Finding $b$-colorings Using Feedback Edges

TL;DR

This paper proves that finding $b$-colorings is fixed-parameter tractable when parameterized by feedback edge number, using a combination of standard and problem-specific techniques, and also explores related parameters.

Contribution

It introduces an FPT algorithm for $b$-coloring based on feedback edge number and extends the analysis to distance to co-cluster, advancing understanding of parameterized complexity.

Findings

FPT algorithm for $b$-coloring with feedback edge number

FPT algorithm for $b$-coloring with distance to co-cluster

W[$1$]-hardness when parameterized by tree-depth

Abstract

A $b$-coloring of a graph is a proper vertex coloring such that each color class contains a vertex that sees all other colors in its neighborhood. The $b$-coloring problem, in which the task is to decide whether a graph admits a $b$-coloring with $k$ colors, is NP-complete in general but polytime solvable on trees. Moreover, it is known that $b$-coloring is in XP but W[$t$]-hard for all $t \in \mathbb{N}$ when parameterized by tree-width. In fact, only very few parameters, such as the vertex cover number, were known to admit an FPT algorithm for $b$-coloring.
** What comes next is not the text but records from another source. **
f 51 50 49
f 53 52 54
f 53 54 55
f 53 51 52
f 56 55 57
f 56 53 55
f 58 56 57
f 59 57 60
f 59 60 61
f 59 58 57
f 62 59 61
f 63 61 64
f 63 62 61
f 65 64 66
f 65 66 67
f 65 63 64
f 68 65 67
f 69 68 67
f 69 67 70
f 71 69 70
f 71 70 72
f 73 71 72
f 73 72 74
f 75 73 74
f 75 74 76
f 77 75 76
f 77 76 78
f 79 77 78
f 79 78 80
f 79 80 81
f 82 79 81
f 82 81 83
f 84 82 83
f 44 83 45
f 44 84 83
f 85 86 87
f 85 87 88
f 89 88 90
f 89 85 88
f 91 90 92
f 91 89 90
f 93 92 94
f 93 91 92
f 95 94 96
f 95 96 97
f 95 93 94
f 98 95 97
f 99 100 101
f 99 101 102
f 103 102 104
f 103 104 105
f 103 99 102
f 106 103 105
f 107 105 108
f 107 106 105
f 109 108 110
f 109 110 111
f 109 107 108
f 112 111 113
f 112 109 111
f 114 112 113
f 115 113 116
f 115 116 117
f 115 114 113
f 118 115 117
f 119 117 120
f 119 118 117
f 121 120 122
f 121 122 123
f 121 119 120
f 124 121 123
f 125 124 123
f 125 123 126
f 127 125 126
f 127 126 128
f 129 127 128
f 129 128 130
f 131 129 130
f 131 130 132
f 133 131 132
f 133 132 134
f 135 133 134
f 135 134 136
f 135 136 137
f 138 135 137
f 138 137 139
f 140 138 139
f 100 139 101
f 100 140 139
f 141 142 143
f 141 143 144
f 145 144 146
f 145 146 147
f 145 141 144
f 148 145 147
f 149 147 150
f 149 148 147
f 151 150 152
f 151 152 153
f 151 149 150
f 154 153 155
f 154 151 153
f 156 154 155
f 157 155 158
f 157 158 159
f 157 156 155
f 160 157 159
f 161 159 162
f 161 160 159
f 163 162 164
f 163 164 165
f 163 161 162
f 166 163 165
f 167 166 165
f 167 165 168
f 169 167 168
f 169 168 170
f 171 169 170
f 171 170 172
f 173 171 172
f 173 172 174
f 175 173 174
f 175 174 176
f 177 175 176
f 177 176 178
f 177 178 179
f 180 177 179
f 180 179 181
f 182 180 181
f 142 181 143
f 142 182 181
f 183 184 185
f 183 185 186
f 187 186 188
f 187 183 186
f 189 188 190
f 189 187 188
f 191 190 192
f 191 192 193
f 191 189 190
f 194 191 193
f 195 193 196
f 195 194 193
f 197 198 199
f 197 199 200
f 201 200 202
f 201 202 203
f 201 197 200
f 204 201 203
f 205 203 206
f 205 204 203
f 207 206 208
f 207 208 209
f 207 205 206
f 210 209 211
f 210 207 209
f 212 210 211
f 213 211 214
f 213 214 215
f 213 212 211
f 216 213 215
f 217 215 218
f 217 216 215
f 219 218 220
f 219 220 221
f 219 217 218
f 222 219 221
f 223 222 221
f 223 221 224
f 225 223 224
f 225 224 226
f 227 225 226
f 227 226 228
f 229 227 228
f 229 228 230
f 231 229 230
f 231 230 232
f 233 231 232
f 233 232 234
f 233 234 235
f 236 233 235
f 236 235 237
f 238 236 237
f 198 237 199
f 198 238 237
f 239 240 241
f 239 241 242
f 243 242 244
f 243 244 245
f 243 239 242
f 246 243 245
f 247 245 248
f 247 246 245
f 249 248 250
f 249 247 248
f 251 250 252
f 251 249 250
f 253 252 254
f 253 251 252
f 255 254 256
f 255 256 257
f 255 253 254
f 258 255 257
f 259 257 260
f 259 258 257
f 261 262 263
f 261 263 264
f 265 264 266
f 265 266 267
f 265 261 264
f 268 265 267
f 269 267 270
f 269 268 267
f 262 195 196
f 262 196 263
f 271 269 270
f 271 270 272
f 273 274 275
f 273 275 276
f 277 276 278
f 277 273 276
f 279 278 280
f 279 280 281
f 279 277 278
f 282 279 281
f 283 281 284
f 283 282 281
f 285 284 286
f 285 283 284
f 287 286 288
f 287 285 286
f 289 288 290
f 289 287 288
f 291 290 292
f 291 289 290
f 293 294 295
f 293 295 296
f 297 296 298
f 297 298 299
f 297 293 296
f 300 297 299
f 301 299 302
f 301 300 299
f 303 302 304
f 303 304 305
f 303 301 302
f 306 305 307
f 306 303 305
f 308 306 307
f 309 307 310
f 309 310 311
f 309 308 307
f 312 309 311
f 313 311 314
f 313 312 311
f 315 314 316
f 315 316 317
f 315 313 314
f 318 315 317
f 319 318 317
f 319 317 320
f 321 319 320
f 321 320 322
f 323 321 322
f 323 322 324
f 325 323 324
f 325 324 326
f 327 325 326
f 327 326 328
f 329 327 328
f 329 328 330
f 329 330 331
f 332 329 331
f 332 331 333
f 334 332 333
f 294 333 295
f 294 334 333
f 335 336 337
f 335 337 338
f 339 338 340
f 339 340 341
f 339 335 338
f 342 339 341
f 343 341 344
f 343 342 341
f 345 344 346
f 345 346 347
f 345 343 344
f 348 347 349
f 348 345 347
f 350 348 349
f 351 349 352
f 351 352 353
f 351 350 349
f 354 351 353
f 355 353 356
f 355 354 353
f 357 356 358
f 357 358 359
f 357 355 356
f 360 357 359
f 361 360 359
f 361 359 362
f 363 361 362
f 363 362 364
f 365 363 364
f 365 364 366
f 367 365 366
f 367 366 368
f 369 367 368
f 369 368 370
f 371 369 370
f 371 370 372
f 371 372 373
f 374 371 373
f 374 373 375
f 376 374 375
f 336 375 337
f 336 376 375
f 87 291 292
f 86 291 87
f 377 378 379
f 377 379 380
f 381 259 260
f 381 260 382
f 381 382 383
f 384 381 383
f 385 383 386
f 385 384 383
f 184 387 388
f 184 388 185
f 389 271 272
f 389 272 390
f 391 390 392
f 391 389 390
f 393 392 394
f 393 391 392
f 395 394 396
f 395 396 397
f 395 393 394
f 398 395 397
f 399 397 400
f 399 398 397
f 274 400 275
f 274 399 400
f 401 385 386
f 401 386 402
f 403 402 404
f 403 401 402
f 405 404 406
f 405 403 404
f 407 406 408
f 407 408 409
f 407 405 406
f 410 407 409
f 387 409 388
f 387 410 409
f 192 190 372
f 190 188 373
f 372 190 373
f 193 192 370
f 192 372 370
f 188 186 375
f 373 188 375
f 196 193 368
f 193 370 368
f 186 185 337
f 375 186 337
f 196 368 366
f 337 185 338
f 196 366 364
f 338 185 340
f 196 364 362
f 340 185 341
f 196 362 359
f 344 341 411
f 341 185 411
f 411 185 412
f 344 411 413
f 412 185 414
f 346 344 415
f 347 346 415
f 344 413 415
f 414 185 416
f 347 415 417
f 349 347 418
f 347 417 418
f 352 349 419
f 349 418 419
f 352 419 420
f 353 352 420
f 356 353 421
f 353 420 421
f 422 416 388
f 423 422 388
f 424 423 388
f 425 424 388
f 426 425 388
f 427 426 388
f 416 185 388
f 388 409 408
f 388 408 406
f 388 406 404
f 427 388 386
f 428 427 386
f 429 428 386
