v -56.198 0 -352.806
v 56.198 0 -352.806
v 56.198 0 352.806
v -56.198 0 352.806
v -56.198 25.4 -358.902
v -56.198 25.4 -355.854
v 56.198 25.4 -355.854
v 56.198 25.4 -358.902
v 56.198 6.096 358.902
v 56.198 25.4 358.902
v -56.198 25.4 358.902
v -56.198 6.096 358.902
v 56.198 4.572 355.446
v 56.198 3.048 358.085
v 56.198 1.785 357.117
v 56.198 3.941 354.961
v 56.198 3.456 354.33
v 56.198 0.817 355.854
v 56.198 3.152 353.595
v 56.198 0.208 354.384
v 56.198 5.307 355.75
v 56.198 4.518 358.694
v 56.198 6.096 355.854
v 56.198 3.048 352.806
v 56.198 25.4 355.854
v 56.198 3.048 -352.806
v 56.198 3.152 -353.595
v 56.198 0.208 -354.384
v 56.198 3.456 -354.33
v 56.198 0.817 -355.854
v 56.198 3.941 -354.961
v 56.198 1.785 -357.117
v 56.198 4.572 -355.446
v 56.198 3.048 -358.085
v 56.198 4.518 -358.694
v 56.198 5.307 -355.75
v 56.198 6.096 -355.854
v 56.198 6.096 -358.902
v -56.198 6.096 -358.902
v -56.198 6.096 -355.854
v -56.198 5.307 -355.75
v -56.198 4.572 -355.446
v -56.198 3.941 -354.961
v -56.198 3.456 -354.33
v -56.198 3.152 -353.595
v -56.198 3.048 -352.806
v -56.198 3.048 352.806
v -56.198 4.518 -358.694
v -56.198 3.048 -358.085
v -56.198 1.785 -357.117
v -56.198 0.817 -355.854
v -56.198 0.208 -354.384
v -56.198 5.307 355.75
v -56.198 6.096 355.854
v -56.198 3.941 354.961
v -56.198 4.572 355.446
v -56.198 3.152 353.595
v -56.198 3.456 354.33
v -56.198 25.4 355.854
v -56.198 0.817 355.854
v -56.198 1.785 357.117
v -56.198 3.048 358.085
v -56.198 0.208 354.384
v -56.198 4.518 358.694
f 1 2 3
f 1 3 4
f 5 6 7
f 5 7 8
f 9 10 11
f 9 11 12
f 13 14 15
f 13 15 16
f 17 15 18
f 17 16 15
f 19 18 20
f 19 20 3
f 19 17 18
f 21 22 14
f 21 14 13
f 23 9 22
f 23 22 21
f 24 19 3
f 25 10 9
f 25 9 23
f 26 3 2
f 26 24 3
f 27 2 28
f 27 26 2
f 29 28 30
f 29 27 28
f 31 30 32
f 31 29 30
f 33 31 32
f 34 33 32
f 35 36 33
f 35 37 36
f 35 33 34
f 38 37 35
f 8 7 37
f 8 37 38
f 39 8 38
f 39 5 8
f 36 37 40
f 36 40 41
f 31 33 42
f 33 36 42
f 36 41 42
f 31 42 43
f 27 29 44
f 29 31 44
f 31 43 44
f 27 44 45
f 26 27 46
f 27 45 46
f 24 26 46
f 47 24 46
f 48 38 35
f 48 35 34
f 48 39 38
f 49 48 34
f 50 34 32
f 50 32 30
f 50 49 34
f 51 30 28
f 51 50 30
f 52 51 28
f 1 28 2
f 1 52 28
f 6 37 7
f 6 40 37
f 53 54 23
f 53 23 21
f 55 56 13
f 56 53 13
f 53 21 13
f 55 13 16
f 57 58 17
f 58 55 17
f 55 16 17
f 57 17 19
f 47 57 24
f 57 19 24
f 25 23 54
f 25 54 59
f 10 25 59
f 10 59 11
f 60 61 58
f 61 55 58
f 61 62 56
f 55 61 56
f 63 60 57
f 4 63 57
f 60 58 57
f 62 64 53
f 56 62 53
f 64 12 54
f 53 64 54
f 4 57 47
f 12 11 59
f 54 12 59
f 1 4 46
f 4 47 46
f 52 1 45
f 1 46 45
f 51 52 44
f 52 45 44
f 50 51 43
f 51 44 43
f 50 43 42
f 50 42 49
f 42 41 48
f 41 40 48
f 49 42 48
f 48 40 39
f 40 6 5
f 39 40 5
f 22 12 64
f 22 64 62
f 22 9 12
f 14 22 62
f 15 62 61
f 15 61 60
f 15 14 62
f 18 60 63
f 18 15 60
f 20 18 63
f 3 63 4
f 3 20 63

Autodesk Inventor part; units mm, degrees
ref_plane "YZ Plane" through (0, 0, 0) normal (1, 0, 0) x (0, 1, 0)
ref_plane "XZ Plane" through (0, 0, 0) normal (0, 1, 0) x (-1, 0, 0)
ref_plane "XY Plane" through (0, 0, 0) normal (0, 0, 1) x (1, 0, 0)
sketch "Sketch1" plane through (0, 0, 0) normal (0, 1, 0) x (-1, 0, 0)
  line L0 (-56.1975, 358.902) -> (56.1975, 358.902)
  line L1 (56.1975, 358.902) -> (56.1975, -358.902)
  line L2 (56.1975, -358.902) -> (-56.1975, -358.902)
  line L3 (-56.1975, -358.902) -> (-56.1975, 358.902)
  line L4 (-56.1975, 358.902) -> (56.1975, -358.902) construction
  line L5 (56.1975, 358.902) -> (-56.1975, -358.902) construction
  point P0 (0, 0)
  dimension "d0" = 112.395
  dimension "d1" = 717.804
extrude "Plate1" add sketch "Sketch1" along normal blind 3.048
sketch "Sketch2" plane through (56.1975, 0, 355.854) normal (0, 0, 1) x (1, 0, 0)
  line L0 (-112.395, 0) -> (0, 0)
  line L1 (0, 0) -> (0, 25.4)
  line L2 (0, 25.4) -> (-112.395, 25.4)
  line L3 (-112.395, 25.4) -> (-112.395, 0)
edge flange "Flange1" height 25.4 angle 90 thickness 3.048 bend radius 3.048 thickness toward (0, 0, 1) relief straight relief width 3.048 relief depth 1.524 corner gap 3.048 corner form 0 edges at (0, 3.048, 358.902) (0, 3.048, -358.902) wall of the first edge with corners at (-56.1975, 0, 355.854) (56.1975, 0, 355.854) (56.1975, 25.4, 355.854) (-56.1975, 25.4, 355.854)
bend "Bend1"
corner "Corner1"
equation "\"d5\" = BendReliefWidth"
equation "\"d6\" = BendReliefDepth"
equation "\"d7\" = MinimumRemnant"
equation "\"d8\" = BendRadius"
equation "\"d11\" = BendRadius"
equation "\"d12\" = CornerReliefSize"
equation "\"d13\" = GapSize"
equation "\"d14\" = JacobiRadiusSize"
equation "\"BendRadius\" = Thickness"
equation "\"BendReliefWidth\" = Thickness"
equation "\"BendReliefDepth\" = 0.5 * Thickness"
equation "\"CornerReliefSize\" = 4 * Thickness"
equation "\"MinimumRemnant\" = 2 * Thickness"
equation "\"TransitionRadius\" = BendRadius"
equation "\"JacobiRadiusSize\" = Thickness"
equation "\"GapSize\" = Thickness"
equation "\"d4\" = BendRadius"
equation "\"Thickness\" = 3.048"
properties part number "Side Gurad"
In this paper, we consider a more restrictive parameter measuring similarity to trees than tree-width, namely the feedback edge number, and show that $b$-coloring is fixed-parameter tractable under this parameterization. Our algorithm combines standard techniques used in parameterized algorithmics with the problem-specific ideas used in the polytime algorithm for trees. In addition, we present an FPT algorithm for $b$-coloring parameterized by distance to co-cluster, which is a parameter measuring similarity to complete multipartite graphs. Finally, we make several observations based on known results, including that $b$-coloring is W[$1$]-hard when parameterized by tree-depth.